### [WHAT THE EXERCISE ASKS]
Look through the entries below and extract exactly the lines from the one containing "#37=VECTOR('',#36,1.);" through the one containing "#88=ADVANCED_FACE('',(#86),#87,.F.);", ends included.

DATA FOR THIS TASK Block Start

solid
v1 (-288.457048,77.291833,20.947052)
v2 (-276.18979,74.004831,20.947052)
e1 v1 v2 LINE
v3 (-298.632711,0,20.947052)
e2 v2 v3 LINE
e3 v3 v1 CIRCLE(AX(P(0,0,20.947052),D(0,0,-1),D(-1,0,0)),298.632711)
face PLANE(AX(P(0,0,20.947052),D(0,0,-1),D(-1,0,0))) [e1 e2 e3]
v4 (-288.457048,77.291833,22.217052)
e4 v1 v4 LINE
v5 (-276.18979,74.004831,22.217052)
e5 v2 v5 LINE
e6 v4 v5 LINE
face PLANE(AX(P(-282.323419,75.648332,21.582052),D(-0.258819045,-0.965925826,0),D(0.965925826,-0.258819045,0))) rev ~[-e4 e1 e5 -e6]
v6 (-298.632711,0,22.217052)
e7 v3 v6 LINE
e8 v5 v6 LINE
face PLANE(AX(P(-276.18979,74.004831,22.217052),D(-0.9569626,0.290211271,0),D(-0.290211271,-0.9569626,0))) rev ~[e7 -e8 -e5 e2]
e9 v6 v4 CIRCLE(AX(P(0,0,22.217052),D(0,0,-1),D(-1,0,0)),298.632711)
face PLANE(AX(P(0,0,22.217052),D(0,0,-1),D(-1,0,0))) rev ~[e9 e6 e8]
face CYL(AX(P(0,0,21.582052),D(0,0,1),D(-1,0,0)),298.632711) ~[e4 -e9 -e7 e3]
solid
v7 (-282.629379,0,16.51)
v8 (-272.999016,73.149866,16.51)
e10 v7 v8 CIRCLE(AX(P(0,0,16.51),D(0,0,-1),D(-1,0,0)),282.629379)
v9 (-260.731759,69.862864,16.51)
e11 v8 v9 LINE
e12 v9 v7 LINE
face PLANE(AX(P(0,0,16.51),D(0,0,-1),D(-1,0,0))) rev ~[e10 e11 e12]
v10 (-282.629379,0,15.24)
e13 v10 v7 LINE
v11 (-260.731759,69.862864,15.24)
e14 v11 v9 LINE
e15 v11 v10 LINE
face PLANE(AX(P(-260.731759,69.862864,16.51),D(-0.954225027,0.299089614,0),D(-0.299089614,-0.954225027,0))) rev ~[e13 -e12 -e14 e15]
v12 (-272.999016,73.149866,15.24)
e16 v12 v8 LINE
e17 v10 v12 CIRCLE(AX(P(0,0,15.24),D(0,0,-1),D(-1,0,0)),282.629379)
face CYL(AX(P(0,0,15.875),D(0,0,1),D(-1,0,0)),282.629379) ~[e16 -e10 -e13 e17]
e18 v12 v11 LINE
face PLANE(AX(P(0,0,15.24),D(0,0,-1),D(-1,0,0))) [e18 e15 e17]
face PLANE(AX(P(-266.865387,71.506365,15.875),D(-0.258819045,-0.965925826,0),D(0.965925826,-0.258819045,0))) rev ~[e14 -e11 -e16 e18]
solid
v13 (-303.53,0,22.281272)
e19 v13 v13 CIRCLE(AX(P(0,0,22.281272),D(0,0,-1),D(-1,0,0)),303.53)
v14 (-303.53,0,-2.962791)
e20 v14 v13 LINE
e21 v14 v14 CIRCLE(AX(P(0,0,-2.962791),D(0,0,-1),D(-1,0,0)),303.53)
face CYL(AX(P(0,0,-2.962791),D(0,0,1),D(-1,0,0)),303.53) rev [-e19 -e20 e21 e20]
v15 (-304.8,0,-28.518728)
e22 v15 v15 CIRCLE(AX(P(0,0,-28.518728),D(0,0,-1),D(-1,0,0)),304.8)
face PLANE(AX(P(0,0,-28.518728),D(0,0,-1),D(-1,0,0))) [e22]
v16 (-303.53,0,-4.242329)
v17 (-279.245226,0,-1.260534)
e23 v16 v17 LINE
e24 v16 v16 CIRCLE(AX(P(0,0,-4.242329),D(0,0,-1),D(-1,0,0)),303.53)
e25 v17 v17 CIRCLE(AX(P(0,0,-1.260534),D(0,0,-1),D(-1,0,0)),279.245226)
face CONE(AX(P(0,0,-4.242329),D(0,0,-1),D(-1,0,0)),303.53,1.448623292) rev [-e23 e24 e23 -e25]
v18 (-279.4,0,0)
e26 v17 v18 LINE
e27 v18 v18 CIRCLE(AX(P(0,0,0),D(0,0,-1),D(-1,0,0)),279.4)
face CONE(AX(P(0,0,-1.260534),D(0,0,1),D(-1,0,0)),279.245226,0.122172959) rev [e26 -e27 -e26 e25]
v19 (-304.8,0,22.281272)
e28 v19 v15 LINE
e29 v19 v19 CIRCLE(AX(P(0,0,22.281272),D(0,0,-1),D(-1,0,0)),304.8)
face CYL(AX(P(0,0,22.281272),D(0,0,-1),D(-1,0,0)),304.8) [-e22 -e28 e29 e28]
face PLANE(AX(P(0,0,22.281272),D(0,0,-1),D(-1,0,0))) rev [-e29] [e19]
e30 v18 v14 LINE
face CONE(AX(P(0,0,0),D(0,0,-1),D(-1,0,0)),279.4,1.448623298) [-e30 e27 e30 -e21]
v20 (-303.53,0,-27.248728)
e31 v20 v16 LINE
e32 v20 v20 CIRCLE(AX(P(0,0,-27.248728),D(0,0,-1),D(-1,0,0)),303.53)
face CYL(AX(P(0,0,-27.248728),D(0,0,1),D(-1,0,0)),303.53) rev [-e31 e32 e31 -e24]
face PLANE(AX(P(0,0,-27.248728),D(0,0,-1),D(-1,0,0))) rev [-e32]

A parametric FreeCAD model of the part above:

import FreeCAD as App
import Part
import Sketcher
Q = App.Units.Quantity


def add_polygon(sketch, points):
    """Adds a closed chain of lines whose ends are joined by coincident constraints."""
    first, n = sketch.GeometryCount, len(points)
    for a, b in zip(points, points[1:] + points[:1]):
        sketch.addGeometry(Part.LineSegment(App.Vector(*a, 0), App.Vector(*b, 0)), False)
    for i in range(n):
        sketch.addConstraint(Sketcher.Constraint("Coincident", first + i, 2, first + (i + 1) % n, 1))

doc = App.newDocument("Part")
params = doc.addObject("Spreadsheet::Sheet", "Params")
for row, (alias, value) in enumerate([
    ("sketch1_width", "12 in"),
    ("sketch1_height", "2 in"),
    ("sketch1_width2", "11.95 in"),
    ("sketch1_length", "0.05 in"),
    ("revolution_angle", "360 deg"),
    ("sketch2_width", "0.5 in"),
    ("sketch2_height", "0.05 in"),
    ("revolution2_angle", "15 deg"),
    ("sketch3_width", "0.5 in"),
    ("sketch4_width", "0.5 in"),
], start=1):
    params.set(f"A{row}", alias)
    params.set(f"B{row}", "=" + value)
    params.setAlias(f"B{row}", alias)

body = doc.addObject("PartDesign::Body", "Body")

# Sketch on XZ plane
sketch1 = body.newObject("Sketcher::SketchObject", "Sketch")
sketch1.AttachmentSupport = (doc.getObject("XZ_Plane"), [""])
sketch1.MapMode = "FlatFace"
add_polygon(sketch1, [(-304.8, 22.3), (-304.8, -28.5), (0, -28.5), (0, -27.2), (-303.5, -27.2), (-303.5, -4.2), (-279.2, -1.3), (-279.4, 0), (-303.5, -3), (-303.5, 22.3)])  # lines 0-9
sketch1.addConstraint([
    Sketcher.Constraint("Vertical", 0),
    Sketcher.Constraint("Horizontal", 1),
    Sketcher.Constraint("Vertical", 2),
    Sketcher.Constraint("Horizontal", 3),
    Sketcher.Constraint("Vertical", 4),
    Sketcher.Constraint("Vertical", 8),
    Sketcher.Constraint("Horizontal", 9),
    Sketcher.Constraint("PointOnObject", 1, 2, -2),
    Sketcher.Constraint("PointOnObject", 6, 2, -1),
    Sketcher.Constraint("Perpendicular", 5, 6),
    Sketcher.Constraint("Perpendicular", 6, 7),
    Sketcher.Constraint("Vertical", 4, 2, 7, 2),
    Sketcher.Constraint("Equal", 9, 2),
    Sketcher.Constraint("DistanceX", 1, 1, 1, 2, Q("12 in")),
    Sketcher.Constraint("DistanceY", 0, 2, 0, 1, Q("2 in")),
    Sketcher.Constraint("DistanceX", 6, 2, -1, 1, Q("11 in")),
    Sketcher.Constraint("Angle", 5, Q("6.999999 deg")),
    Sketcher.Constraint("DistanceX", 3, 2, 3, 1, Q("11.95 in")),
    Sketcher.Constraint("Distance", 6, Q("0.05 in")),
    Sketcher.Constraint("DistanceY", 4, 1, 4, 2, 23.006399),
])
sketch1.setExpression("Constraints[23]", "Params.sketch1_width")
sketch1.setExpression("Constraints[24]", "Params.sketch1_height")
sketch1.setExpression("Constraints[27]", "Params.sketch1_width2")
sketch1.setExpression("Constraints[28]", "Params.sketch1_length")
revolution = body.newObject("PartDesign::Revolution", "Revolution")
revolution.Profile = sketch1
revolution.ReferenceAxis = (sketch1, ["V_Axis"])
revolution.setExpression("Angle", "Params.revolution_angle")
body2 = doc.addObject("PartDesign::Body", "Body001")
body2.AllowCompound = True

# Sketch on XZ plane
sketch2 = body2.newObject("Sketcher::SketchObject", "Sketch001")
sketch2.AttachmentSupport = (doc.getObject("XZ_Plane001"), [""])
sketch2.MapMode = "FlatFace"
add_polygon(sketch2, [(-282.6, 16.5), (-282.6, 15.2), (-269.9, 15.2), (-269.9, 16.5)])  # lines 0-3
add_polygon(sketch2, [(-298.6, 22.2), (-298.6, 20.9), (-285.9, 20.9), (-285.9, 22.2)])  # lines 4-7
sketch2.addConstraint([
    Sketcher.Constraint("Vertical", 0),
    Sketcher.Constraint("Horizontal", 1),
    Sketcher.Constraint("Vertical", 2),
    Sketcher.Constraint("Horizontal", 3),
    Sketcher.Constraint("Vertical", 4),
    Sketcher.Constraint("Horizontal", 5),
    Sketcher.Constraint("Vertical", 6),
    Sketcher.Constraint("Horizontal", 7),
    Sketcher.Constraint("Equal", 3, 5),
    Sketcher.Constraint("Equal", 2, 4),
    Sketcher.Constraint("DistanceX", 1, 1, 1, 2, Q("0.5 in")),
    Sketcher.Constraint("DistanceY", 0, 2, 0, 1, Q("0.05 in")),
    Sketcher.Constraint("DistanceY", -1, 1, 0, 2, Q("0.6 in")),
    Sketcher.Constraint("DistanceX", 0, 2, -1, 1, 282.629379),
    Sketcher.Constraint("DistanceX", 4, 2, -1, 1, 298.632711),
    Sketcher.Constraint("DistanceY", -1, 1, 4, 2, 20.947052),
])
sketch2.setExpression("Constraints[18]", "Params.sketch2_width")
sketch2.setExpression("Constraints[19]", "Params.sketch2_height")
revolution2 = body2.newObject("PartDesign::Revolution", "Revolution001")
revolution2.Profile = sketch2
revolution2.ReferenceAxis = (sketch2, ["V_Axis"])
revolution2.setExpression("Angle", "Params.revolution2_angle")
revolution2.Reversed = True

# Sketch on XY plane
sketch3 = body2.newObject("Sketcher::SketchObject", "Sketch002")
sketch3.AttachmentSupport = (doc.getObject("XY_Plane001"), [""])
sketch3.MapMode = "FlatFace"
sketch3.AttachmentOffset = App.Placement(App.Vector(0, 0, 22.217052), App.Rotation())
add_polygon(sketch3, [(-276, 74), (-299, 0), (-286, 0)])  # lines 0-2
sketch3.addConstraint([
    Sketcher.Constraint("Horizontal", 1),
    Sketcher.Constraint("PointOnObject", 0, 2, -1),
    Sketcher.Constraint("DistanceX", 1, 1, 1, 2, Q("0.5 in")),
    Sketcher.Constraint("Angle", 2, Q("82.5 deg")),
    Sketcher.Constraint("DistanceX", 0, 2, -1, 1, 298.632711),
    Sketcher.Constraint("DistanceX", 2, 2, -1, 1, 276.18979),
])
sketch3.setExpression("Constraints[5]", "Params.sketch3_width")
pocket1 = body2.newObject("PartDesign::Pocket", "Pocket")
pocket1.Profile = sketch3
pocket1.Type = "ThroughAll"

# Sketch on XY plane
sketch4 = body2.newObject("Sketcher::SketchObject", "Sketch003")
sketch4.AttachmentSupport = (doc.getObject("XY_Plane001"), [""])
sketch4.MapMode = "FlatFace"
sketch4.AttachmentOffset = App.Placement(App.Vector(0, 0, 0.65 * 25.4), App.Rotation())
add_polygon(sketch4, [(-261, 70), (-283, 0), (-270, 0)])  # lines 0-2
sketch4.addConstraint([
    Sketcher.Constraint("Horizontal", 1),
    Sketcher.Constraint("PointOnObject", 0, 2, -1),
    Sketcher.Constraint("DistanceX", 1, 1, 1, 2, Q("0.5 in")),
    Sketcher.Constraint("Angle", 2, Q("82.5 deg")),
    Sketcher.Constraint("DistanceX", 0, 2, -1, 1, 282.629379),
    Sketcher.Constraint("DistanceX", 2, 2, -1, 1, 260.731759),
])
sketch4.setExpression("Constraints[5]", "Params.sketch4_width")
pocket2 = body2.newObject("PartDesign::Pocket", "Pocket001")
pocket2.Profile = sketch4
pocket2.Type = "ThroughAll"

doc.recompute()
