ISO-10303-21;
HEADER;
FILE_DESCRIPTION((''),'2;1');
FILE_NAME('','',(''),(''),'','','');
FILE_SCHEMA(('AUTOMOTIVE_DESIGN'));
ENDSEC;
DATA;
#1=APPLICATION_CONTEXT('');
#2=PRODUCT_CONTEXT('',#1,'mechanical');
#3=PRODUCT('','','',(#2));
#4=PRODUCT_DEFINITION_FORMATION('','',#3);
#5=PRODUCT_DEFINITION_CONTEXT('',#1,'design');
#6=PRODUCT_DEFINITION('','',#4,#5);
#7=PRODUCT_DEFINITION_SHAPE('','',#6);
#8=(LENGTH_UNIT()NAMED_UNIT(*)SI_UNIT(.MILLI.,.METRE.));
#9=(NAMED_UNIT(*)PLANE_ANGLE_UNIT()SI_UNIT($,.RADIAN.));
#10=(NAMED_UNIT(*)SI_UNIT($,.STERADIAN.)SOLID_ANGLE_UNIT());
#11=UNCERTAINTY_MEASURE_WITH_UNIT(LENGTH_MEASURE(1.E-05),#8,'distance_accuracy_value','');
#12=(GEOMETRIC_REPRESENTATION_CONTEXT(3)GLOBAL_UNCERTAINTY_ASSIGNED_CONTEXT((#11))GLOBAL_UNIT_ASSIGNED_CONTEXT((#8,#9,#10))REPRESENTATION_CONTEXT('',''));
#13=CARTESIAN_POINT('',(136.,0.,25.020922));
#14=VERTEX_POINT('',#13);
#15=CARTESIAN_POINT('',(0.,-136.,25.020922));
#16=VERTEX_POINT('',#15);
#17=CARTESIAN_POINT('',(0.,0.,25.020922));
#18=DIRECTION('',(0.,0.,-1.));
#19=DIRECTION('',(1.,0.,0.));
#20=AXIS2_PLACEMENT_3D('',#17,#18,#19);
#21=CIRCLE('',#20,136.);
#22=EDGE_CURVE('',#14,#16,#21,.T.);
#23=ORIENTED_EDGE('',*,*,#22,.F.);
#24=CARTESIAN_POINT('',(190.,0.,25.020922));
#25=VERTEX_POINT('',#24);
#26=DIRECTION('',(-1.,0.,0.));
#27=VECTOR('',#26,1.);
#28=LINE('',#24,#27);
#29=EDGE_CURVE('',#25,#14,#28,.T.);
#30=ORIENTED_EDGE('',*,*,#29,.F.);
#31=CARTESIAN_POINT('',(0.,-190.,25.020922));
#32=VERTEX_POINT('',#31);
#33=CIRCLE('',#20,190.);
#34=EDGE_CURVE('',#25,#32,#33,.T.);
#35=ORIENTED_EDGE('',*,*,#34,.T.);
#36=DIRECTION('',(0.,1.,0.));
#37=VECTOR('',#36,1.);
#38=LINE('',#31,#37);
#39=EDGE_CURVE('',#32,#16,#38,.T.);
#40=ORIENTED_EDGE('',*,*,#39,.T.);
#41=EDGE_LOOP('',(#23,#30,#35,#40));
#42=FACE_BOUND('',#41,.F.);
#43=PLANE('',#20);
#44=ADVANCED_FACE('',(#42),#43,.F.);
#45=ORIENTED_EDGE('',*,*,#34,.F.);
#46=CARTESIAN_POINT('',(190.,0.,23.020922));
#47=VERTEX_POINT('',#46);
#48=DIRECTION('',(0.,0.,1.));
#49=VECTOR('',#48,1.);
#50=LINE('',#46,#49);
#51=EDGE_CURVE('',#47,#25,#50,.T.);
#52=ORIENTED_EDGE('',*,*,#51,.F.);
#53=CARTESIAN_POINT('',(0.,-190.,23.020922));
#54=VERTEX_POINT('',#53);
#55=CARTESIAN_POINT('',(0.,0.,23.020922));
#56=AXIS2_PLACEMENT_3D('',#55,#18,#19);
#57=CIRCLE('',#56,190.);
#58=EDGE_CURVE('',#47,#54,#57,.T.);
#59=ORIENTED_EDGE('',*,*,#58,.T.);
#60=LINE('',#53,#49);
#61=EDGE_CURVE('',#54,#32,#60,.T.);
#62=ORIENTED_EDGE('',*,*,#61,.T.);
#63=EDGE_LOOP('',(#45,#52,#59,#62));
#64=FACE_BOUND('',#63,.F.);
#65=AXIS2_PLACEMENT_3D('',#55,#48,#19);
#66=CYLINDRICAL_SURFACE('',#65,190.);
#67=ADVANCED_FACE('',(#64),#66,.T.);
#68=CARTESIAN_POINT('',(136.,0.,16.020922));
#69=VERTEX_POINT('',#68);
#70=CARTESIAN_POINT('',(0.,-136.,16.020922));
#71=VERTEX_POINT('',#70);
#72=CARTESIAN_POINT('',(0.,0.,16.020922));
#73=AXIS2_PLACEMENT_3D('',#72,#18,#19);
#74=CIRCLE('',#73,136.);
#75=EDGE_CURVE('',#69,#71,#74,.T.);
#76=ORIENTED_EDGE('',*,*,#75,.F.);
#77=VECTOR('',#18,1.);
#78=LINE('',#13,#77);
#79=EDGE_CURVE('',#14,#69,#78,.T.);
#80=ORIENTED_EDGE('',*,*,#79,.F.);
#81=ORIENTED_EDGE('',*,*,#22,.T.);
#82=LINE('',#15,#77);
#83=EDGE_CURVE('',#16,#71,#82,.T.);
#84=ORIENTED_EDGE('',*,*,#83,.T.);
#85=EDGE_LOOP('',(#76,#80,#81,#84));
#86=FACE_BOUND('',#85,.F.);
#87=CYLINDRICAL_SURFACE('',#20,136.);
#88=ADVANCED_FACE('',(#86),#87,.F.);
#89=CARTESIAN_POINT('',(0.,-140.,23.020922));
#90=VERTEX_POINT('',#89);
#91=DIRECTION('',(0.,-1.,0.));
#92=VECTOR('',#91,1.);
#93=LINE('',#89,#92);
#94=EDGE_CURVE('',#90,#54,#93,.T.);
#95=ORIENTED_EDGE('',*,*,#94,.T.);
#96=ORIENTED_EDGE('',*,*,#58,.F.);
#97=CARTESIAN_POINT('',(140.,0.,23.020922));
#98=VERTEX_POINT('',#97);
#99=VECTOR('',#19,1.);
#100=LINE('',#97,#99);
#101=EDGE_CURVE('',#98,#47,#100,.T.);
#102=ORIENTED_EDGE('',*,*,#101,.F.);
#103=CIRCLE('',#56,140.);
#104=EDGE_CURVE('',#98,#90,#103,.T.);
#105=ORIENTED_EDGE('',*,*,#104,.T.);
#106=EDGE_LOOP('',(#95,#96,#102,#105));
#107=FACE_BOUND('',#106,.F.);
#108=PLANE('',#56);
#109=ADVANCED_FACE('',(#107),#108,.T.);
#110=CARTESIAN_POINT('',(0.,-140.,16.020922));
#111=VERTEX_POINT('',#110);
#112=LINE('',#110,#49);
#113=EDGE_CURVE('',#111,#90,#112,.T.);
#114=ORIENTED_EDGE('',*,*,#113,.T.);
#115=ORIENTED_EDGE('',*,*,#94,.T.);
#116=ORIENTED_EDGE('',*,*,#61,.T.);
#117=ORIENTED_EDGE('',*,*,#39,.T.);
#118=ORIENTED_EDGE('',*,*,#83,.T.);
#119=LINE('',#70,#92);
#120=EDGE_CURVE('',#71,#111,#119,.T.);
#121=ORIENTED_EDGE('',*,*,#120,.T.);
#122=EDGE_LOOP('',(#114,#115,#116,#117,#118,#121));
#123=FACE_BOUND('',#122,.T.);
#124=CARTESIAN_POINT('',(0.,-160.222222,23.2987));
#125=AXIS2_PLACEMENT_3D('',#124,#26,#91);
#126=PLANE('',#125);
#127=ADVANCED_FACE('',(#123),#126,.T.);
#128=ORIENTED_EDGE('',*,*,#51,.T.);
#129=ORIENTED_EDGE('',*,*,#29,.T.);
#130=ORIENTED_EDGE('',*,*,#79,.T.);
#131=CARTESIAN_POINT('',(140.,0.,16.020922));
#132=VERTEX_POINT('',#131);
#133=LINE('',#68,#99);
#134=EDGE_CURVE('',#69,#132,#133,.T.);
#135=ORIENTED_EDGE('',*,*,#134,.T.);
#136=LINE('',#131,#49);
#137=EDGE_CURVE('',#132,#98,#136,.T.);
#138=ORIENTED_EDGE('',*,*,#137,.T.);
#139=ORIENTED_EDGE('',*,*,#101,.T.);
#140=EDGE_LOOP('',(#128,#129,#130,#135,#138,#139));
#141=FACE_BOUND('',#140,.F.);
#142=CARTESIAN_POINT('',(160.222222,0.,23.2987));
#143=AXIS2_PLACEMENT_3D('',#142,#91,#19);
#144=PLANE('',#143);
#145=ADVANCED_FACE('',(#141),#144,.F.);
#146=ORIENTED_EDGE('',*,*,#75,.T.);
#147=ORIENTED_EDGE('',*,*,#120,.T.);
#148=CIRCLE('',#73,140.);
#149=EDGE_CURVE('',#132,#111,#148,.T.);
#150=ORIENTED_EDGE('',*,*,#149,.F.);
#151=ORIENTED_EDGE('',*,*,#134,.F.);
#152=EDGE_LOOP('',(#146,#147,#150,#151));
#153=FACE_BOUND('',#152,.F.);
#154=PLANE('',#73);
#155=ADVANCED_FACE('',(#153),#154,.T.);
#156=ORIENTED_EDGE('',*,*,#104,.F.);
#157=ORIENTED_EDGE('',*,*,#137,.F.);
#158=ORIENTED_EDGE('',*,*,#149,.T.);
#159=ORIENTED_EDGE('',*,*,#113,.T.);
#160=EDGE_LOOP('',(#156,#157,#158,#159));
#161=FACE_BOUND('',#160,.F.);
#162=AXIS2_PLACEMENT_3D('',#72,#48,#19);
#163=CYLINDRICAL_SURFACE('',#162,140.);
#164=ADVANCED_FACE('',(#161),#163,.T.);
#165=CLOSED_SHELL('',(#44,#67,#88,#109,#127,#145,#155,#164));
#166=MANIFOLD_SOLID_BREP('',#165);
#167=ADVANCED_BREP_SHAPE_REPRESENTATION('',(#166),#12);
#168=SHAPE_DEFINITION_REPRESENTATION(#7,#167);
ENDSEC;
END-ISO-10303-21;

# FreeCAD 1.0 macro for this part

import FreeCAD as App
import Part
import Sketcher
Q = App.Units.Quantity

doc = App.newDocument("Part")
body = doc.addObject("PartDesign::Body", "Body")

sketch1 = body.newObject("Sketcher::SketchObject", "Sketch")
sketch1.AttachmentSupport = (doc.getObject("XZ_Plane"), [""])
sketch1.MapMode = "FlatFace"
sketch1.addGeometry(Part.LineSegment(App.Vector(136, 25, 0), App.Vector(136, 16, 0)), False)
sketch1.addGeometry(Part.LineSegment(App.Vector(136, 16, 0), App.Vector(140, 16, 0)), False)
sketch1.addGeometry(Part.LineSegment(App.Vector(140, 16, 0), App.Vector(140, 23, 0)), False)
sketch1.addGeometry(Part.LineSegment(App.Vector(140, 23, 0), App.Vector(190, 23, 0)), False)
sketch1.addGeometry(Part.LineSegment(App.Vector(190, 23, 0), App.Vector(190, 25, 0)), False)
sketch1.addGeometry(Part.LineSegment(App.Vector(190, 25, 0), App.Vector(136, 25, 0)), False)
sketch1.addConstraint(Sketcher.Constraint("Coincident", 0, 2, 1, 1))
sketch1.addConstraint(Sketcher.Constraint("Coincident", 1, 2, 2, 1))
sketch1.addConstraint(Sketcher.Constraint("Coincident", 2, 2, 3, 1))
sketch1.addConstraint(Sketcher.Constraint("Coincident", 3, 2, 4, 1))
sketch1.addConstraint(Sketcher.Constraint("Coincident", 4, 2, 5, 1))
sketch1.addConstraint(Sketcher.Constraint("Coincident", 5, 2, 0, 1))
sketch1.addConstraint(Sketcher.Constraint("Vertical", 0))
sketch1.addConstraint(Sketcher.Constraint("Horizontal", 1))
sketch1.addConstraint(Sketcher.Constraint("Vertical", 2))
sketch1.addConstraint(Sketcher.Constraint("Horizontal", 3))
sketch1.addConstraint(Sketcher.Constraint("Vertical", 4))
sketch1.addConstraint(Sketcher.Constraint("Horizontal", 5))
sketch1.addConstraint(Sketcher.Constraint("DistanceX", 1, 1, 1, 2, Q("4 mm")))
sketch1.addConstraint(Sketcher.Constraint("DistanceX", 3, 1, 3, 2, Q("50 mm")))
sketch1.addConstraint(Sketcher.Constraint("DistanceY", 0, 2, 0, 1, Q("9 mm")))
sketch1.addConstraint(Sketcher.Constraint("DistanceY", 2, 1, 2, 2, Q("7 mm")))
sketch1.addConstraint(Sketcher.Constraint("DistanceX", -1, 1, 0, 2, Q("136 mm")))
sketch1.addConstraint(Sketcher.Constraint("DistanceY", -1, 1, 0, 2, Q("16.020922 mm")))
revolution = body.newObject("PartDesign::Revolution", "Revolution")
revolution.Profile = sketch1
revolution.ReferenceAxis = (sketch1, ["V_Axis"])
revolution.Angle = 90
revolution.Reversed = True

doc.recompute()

DATA FOR THIS TASK Block End

### [REPLY TO THE EXERCISE]
#37=VECTOR('',#36,1.);
#38=LINE('',#31,#37);
#39=EDGE_CURVE('',#32,#16,#38,.T.);
#40=ORIENTED_EDGE('',*,*,#39,.T.);
#41=EDGE_LOOP('',(#23,#30,#35,#40));
#42=FACE_BOUND('',#41,.F.);
#43=PLANE('',#20);
#44=ADVANCED_FACE('',(#42),#43,.F.);
#45=ORIENTED_EDGE('',*,*,#34,.F.);
#46=CARTESIAN_POINT('',(190.,0.,23.020922));
#47=VERTEX_POINT('',#46);
#48=DIRECTION('',(0.,0.,1.));
#49=VECTOR('',#48,1.);
#50=LINE('',#46,#49);
#51=EDGE_CURVE('',#47,#25,#50,.T.);
#52=ORIENTED_EDGE('',*,*,#51,.F.);
#53=CARTESIAN_POINT('',(0.,-190.,23.020922));
#54=VERTEX_POINT('',#53);
#55=CARTESIAN_POINT('',(0.,0.,23.020922));
#56=AXIS2_PLACEMENT_3D('',#55,#18,#19);
#57=CIRCLE('',#56,190.);
#58=EDGE_CURVE('',#47,#54,#57,.T.);
#59=ORIENTED_EDGE('',*,*,#58,.T.);
#60=LINE('',#53,#49);
#61=EDGE_CURVE('',#54,#32,#60,.T.);
#62=ORIENTED_EDGE('',*,*,#61,.T.);
#63=EDGE_LOOP('',(#45,#52,#59,#62));
#64=FACE_BOUND('',#63,.F.);
#65=AXIS2_PLACEMENT_3D('',#55,#48,#19);
#66=CYLINDRICAL_SURFACE('',#65,190.);
#67=ADVANCED_FACE('',(#64),#66,.T.);
#68=CARTESIAN_POINT('',(136.,0.,16.020922));
#69=VERTEX_POINT('',#68);
#70=CARTESIAN_POINT('',(0.,-136.,16.020922));
#71=VERTEX_POINT('',#70);
#72=CARTESIAN_POINT('',(0.,0.,16.020922));
#73=AXIS2_PLACEMENT_3D('',#72,#18,#19);
#74=CIRCLE('',#73,136.);
#75=EDGE_CURVE('',#69,#71,#74,.T.);
#76=ORIENTED_EDGE('',*,*,#75,.F.);
#77=VECTOR('',#18,1.);
#78=LINE('',#13,#77);
#79=EDGE_CURVE('',#14,#69,#78,.T.);
#80=ORIENTED_EDGE('',*,*,#79,.F.);
#81=ORIENTED_EDGE('',*,*,#22,.T.);
#82=LINE('',#15,#77);
#83=EDGE_CURVE('',#16,#71,#82,.T.);
#84=ORIENTED_EDGE('',*,*,#83,.T.);
#85=EDGE_LOOP('',(#76,#80,#81,#84));
#86=FACE_BOUND('',#85,.F.);
#87=CYLINDRICAL_SURFACE('',#20,136.);
#88=ADVANCED_FACE('',(#86),#87,.F.);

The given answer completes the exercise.